(What you have to do) The response must consist of all the entries, duplicated without alteration.
-*-
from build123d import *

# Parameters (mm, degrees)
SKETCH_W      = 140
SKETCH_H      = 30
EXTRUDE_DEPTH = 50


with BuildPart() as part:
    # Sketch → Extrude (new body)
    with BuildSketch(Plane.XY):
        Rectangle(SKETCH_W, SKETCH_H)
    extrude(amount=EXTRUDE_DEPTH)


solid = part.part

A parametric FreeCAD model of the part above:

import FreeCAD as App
import Part
import Sketcher
from FreeCAD import Vector
Q = App.Units.Quantity


def add_polygon(sketch, points):
    """Adds a closed chain of lines whose ends are joined by coincident constraints."""
    first, n = sketch.GeometryCount, len(points)
    for a, b in zip(points, points[1:] + points[:1]):
        sketch.addGeometry(Part.LineSegment(App.Vector(*a, 0), App.Vector(*b, 0)), False)
    for i in range(n):
        sketch.addConstraint(Sketcher.Constraint("Coincident", first + i, 2, first + (i + 1) % n, 1))

doc = App.newDocument("Part")
body = doc.addObject("PartDesign::Body", "Body")

# Sketch on XY plane
sketch1 = body.newObject("Sketcher::SketchObject", "Sketch")
sketch1.AttachmentSupport = (doc.getObject("XY_Plane"), [""])
sketch1.MapMode = "FlatFace"
add_polygon(sketch1, [(-70, 15), (-70, -15), (70, -15), (70, 15)])  # lines 0-3
sketch1.addConstraint(Sketcher.Constraint("Vertical", 0))
sketch1.addConstraint(Sketcher.Constraint("Horizontal", 1))
sketch1.addConstraint(Sketcher.Constraint("Vertical", 2))
sketch1.addConstraint(Sketcher.Constraint("Horizontal", 3))
sketch1.addConstraint(Sketcher.Constraint("Symmetric", 0, 2, 2, 2, -1, 1))
sketch1.addConstraint(Sketcher.Constraint("DistanceX", 1, 1, 1, 2, Q("140 mm")))
sketch1.addConstraint(Sketcher.Constraint("DistanceY", 0, 2, 0, 1, Q("30 mm")))
pad1 = body.newObject("PartDesign::Pad", "Pad")
pad1.Profile = sketch1
pad1.Length = 50

doc.recompute()
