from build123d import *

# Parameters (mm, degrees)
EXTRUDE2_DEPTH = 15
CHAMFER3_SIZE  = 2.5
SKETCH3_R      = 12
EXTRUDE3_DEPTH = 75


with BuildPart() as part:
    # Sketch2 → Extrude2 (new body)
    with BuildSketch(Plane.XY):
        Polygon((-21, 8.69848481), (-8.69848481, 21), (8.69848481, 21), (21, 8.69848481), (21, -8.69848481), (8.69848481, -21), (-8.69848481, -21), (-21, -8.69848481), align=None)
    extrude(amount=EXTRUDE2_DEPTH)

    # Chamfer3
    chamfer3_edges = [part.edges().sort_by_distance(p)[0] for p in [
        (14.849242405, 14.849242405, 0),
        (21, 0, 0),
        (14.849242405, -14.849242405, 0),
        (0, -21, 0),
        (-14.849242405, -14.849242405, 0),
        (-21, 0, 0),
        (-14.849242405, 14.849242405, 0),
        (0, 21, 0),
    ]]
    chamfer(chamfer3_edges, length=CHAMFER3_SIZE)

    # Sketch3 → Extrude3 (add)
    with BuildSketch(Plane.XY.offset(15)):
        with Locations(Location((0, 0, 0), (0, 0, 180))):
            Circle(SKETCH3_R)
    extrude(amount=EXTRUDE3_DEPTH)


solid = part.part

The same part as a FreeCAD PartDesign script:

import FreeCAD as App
import Part
import Sketcher


def edges_at(feature, points):
    """Names of the edges that pass closest to the given points."""
    edges = feature.Shape.Edges
    near = lambda p: min(range(len(edges)), key=lambda i: edges[i].distToShape(Part.Vertex(*p))[0])
    return sorted({f"Edge{near(p) + 1}" for p in points})

doc = App.newDocument("Part")
body = doc.addObject("PartDesign::Body", "Body")

# Sketch on XY plane
sketch1 = doc.addObject("Sketcher::SketchObject", "Sketch")
body.addObject(sketch1)
sketch1.AttachmentSupport = (doc.XY_Plane, [""])
sketch1.MapMode = "FlatFace"
sketch1.addGeometry([
    Part.LineSegment(App.Vector(-9, 21, 0), App.Vector(-21, 9, 0)),  # 0
    Part.LineSegment(App.Vector(-21, 9, 0), App.Vector(-21, -9, 0)),  # 1
    Part.LineSegment(App.Vector(-21, -9, 0), App.Vector(-9, -21, 0)),  # 2
    Part.LineSegment(App.Vector(-9, -21, 0), App.Vector(9, -21, 0)),  # 3
    Part.LineSegment(App.Vector(9, -21, 0), App.Vector(21, -9, 0)),  # 4
    Part.LineSegment(App.Vector(21, -9, 0), App.Vector(21, 9, 0)),  # 5
    Part.LineSegment(App.Vector(21, 9, 0), App.Vector(9, 21, 0)),  # 6
    Part.LineSegment(App.Vector(9, 21, 0), App.Vector(-9, 21, 0)),  # 7
], False)
sketch1.addConstraint([
    Sketcher.Constraint("Coincident", 0, 2, 1, 1),
    Sketcher.Constraint("Coincident", 1, 2, 2, 1),
    Sketcher.Constraint("Coincident", 2, 2, 3, 1),
    Sketcher.Constraint("Coincident", 3, 2, 4, 1),
    Sketcher.Constraint("Coincident", 4, 2, 5, 1),
    Sketcher.Constraint("Coincident", 5, 2, 6, 1),
    Sketcher.Constraint("Coincident", 6, 2, 7, 1),
    Sketcher.Constraint("Coincident", 7, 2, 0, 1),
    Sketcher.Constraint("Vertical", 1),
    Sketcher.Constraint("Horizontal", 3),
    Sketcher.Constraint("Vertical", 5),
    Sketcher.Constraint("Horizontal", 7),
    Sketcher.Constraint("Symmetric", 0, 2, 4, 2, -1, 1),
    Sketcher.Constraint("Symmetric", 2, 2, 6, 2, -1, 1),
    Sketcher.Constraint("Perpendicular", 0, 2),
    Sketcher.Constraint("Perpendicular", 2, 4),
    Sketcher.Constraint("Perpendicular", 4, 6),
    Sketcher.Constraint("Horizontal", 1, 2, 4, 2),
    Sketcher.Constraint("Vertical", 3, 2, 6, 2),
    Sketcher.Constraint("Equal", 7, 1),
    Sketcher.Constraint("DistanceX", 0, 2, -1, 1, 21.0),
    Sketcher.Constraint("DistanceX", 3, 1, 3, 2, 17.39697),
])
pad1 = doc.addObject("PartDesign::Pad", "Pad")
body.addObject(pad1)
pad1.Profile = sketch1
pad1.Length = 15
doc.recompute()

chamfer = doc.addObject("PartDesign::Chamfer", "Chamfer")
body.addObject(chamfer)
chamfer.Base = (pad1, edges_at(pad1, [
    (14.849, 14.849, 0),
    (21, 0, 0),
    (14.849, -14.849, 0),
    (0, -21, 0),
    (-14.849, -14.849, 0),
    (-21, 0, 0),
    (-14.849, 14.849, 0),
    (0, 21, 0),
]))
chamfer.Size = 2.5

# Sketch on XY plane
sketch2 = doc.addObject("Sketcher::SketchObject", "Sketch001")
body.addObject(sketch2)
sketch2.AttachmentSupport = (doc.XY_Plane, [""])
sketch2.MapMode = "FlatFace"
sketch2.AttachmentOffset = App.Placement(App.Vector(0, 0, 15), App.Rotation())
sketch2.addGeometry(Part.Circle(App.Vector(0, 0, 0), App.Vector(0, 0, 1), 12), False)
sketch2.addConstraint([
    Sketcher.Constraint("Coincident", 0, 3, -1, 1),
    Sketcher.Constraint("Diameter", 0, 24.0),
])
pad2 = doc.addObject("PartDesign::Pad", "Pad001")
body.addObject(pad2)
pad2.Profile = sketch2
pad2.Length = 75

doc.recompute()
-*-
(Solution to this exercise)
from build123d import *

# Parameters (mm, degrees)
SKETCH_W      = 140
SKETCH_H      = 30
EXTRUDE_DEPTH = 50


with BuildPart() as part:
    # Sketch → Extrude (new body)
    with BuildSketch(Plane.XY):
        Rectangle(SKETCH_W, SKETCH_H)
    extrude(amount=EXTRUDE_DEPTH)


solid = part.part

A parametric FreeCAD model of the part above:

import FreeCAD as App
import Part
import Sketcher
from FreeCAD import Vector
Q = App.Units.Quantity


def add_polygon(sketch, points):
    """Adds a closed chain of lines whose ends are joined by coincident constraints."""
    first, n = sketch.GeometryCount, len(points)
    for a, b in zip(points, points[1:] + points[:1]):
        sketch.addGeometry(Part.LineSegment(App.Vector(*a, 0), App.Vector(*b, 0)), False)
    for i in range(n):
        sketch.addConstraint(Sketcher.Constraint("Coincident", first + i, 2, first + (i + 1) % n, 1))

doc = App.newDocument("Part")
body = doc.addObject("PartDesign::Body", "Body")

# Sketch on XY plane
sketch1 = body.newObject("Sketcher::SketchObject", "Sketch")
sketch1.AttachmentSupport = (doc.getObject("XY_Plane"), [""])
sketch1.MapMode = "FlatFace"
add_polygon(sketch1, [(-70, 15), (-70, -15), (70, -15), (70, 15)])  # lines 0-3
sketch1.addConstraint(Sketcher.Constraint("Vertical", 0))
sketch1.addConstraint(Sketcher.Constraint("Horizontal", 1))
sketch1.addConstraint(Sketcher.Constraint("Vertical", 2))
sketch1.addConstraint(Sketcher.Constraint("Horizontal", 3))
sketch1.addConstraint(Sketcher.Constraint("Symmetric", 0, 2, 2, 2, -1, 1))
sketch1.addConstraint(Sketcher.Constraint("DistanceX", 1, 1, 1, 2, Q("140 mm")))
sketch1.addConstraint(Sketcher.Constraint("DistanceY", 0, 2, 0, 1, Q("30 mm")))
pad1 = body.newObject("PartDesign::Pad", "Pad")
pad1.Profile = sketch1
pad1.Length = 50

doc.recompute()
from build123d import *

# Parameters (mm, degrees)
EXTRUDE2_DEPTH = 15
CHAMFER3_SIZE  = 2.5
SKETCH3_R      = 12
EXTRUDE3_DEPTH = 75


with BuildPart() as part:
    # Sketch2 → Extrude2 (new body)
    with BuildSketch(Plane.XY):
        Polygon((-21, 8.69848481), (-8.69848481, 21), (8.69848481, 21), (21, 8.69848481), (21, -8.69848481), (8.69848481, -21), (-8.69848481, -21), (-21, -8.69848481), align=None)
    extrude(amount=EXTRUDE2_DEPTH)

    # Chamfer3
    chamfer3_edges = [part.edges().sort_by_distance(p)[0] for p in [
        (14.849242405, 14.849242405, 0),
        (21, 0, 0),
        (14.849242405, -14.849242405, 0),
        (0, -21, 0),
        (-14.849242405, -14.849242405, 0),
        (-21, 0, 0),
        (-14.849242405, 14.849242405, 0),
        (0, 21, 0),
    ]]
    chamfer(chamfer3_edges, length=CHAMFER3_SIZE)

    # Sketch3 → Extrude3 (add)
    with BuildSketch(Plane.XY.offset(15)):
        with Locations(Location((0, 0, 0), (0, 0, 180))):
            Circle(SKETCH3_R)
    extrude(amount=EXTRUDE3_DEPTH)


solid = part.part

The same part as a FreeCAD PartDesign script:

import FreeCAD as App
import Part
import Sketcher


def edges_at(feature, points):
    """Names of the edges that pass closest to the given points."""
    edges = feature.Shape.Edges
    near = lambda p: min(range(len(edges)), key=lambda i: edges[i].distToShape(Part.Vertex(*p))[0])
    return sorted({f"Edge{near(p) + 1}" for p in points})

doc = App.newDocument("Part")
body = doc.addObject("PartDesign::Body", "Body")

# Sketch on XY plane
sketch1 = doc.addObject("Sketcher::SketchObject", "Sketch")
body.addObject(sketch1)
sketch1.AttachmentSupport = (doc.XY_Plane, [""])
sketch1.MapMode = "FlatFace"
sketch1.addGeometry([
    Part.LineSegment(App.Vector(-9, 21, 0), App.Vector(-21, 9, 0)),  # 0
    Part.LineSegment(App.Vector(-21, 9, 0), App.Vector(-21, -9, 0)),  # 1
    Part.LineSegment(App.Vector(-21, -9, 0), App.Vector(-9, -21, 0)),  # 2
    Part.LineSegment(App.Vector(-9, -21, 0), App.Vector(9, -21, 0)),  # 3
    Part.LineSegment(App.Vector(9, -21, 0), App.Vector(21, -9, 0)),  # 4
    Part.LineSegment(App.Vector(21, -9, 0), App.Vector(21, 9, 0)),  # 5
    Part.LineSegment(App.Vector(21, 9, 0), App.Vector(9, 21, 0)),  # 6
    Part.LineSegment(App.Vector(9, 21, 0), App.Vector(-9, 21, 0)),  # 7
], False)
sketch1.addConstraint([
    Sketcher.Constraint("Coincident", 0, 2, 1, 1),
    Sketcher.Constraint("Coincident", 1, 2, 2, 1),
    Sketcher.Constraint("Coincident", 2, 2, 3, 1),
    Sketcher.Constraint("Coincident", 3, 2, 4, 1),
    Sketcher.Constraint("Coincident", 4, 2, 5, 1),
    Sketcher.Constraint("Coincident", 5, 2, 6, 1),
    Sketcher.Constraint("Coincident", 6, 2, 7, 1),
    Sketcher.Constraint("Coincident", 7, 2, 0, 1),
    Sketcher.Constraint("Vertical", 1),
    Sketcher.Constraint("Horizontal", 3),
    Sketcher.Constraint("Vertical", 5),
    Sketcher.Constraint("Horizontal", 7),
    Sketcher.Constraint("Symmetric", 0, 2, 4, 2, -1, 1),
    Sketcher.Constraint("Symmetric", 2, 2, 6, 2, -1, 1),
    Sketcher.Constraint("Perpendicular", 0, 2),
    Sketcher.Constraint("Perpendicular", 2, 4),
    Sketcher.Constraint("Perpendicular", 4, 6),
    Sketcher.Constraint("Horizontal", 1, 2, 4, 2),
    Sketcher.Constraint("Vertical", 3, 2, 6, 2),
    Sketcher.Constraint("Equal", 7, 1),
    Sketcher.Constraint("DistanceX", 0, 2, -1, 1, 21.0),
    Sketcher.Constraint("DistanceX", 3, 1, 3, 2, 17.39697),
])
pad1 = doc.addObject("PartDesign::Pad", "Pad")
body.addObject(pad1)
pad1.Profile = sketch1
pad1.Length = 15
doc.recompute()

chamfer = doc.addObject("PartDesign::Chamfer", "Chamfer")
body.addObject(chamfer)
chamfer.Base = (pad1, edges_at(pad1, [
    (14.849, 14.849, 0),
    (21, 0, 0),
    (14.849, -14.849, 0),
    (0, -21, 0),
    (-14.849, -14.849, 0),
    (-21, 0, 0),
    (-14.849, 14.849, 0),
    (0, 21, 0),
]))
chamfer.Size = 2.5

# Sketch on XY plane
sketch2 = doc.addObject("Sketcher::SketchObject", "Sketch001")
body.addObject(sketch2)
sketch2.AttachmentSupport = (doc.XY_Plane, [""])
sketch2.MapMode = "FlatFace"
sketch2.AttachmentOffset = App.Placement(App.Vector(0, 0, 15), App.Rotation())
sketch2.addGeometry(Part.Circle(App.Vector(0, 0, 0), App.Vector(0, 0, 1), 12), False)
sketch2.addConstraint([
    Sketcher.Constraint("Coincident", 0, 3, -1, 1),
    Sketcher.Constraint("Diameter", 0, 24.0),
])
pad2 = doc.addObject("PartDesign::Pad", "Pad001")
body.addObject(pad2)
pad2.Profile = sketch2
pad2.Length = 75

doc.recompute()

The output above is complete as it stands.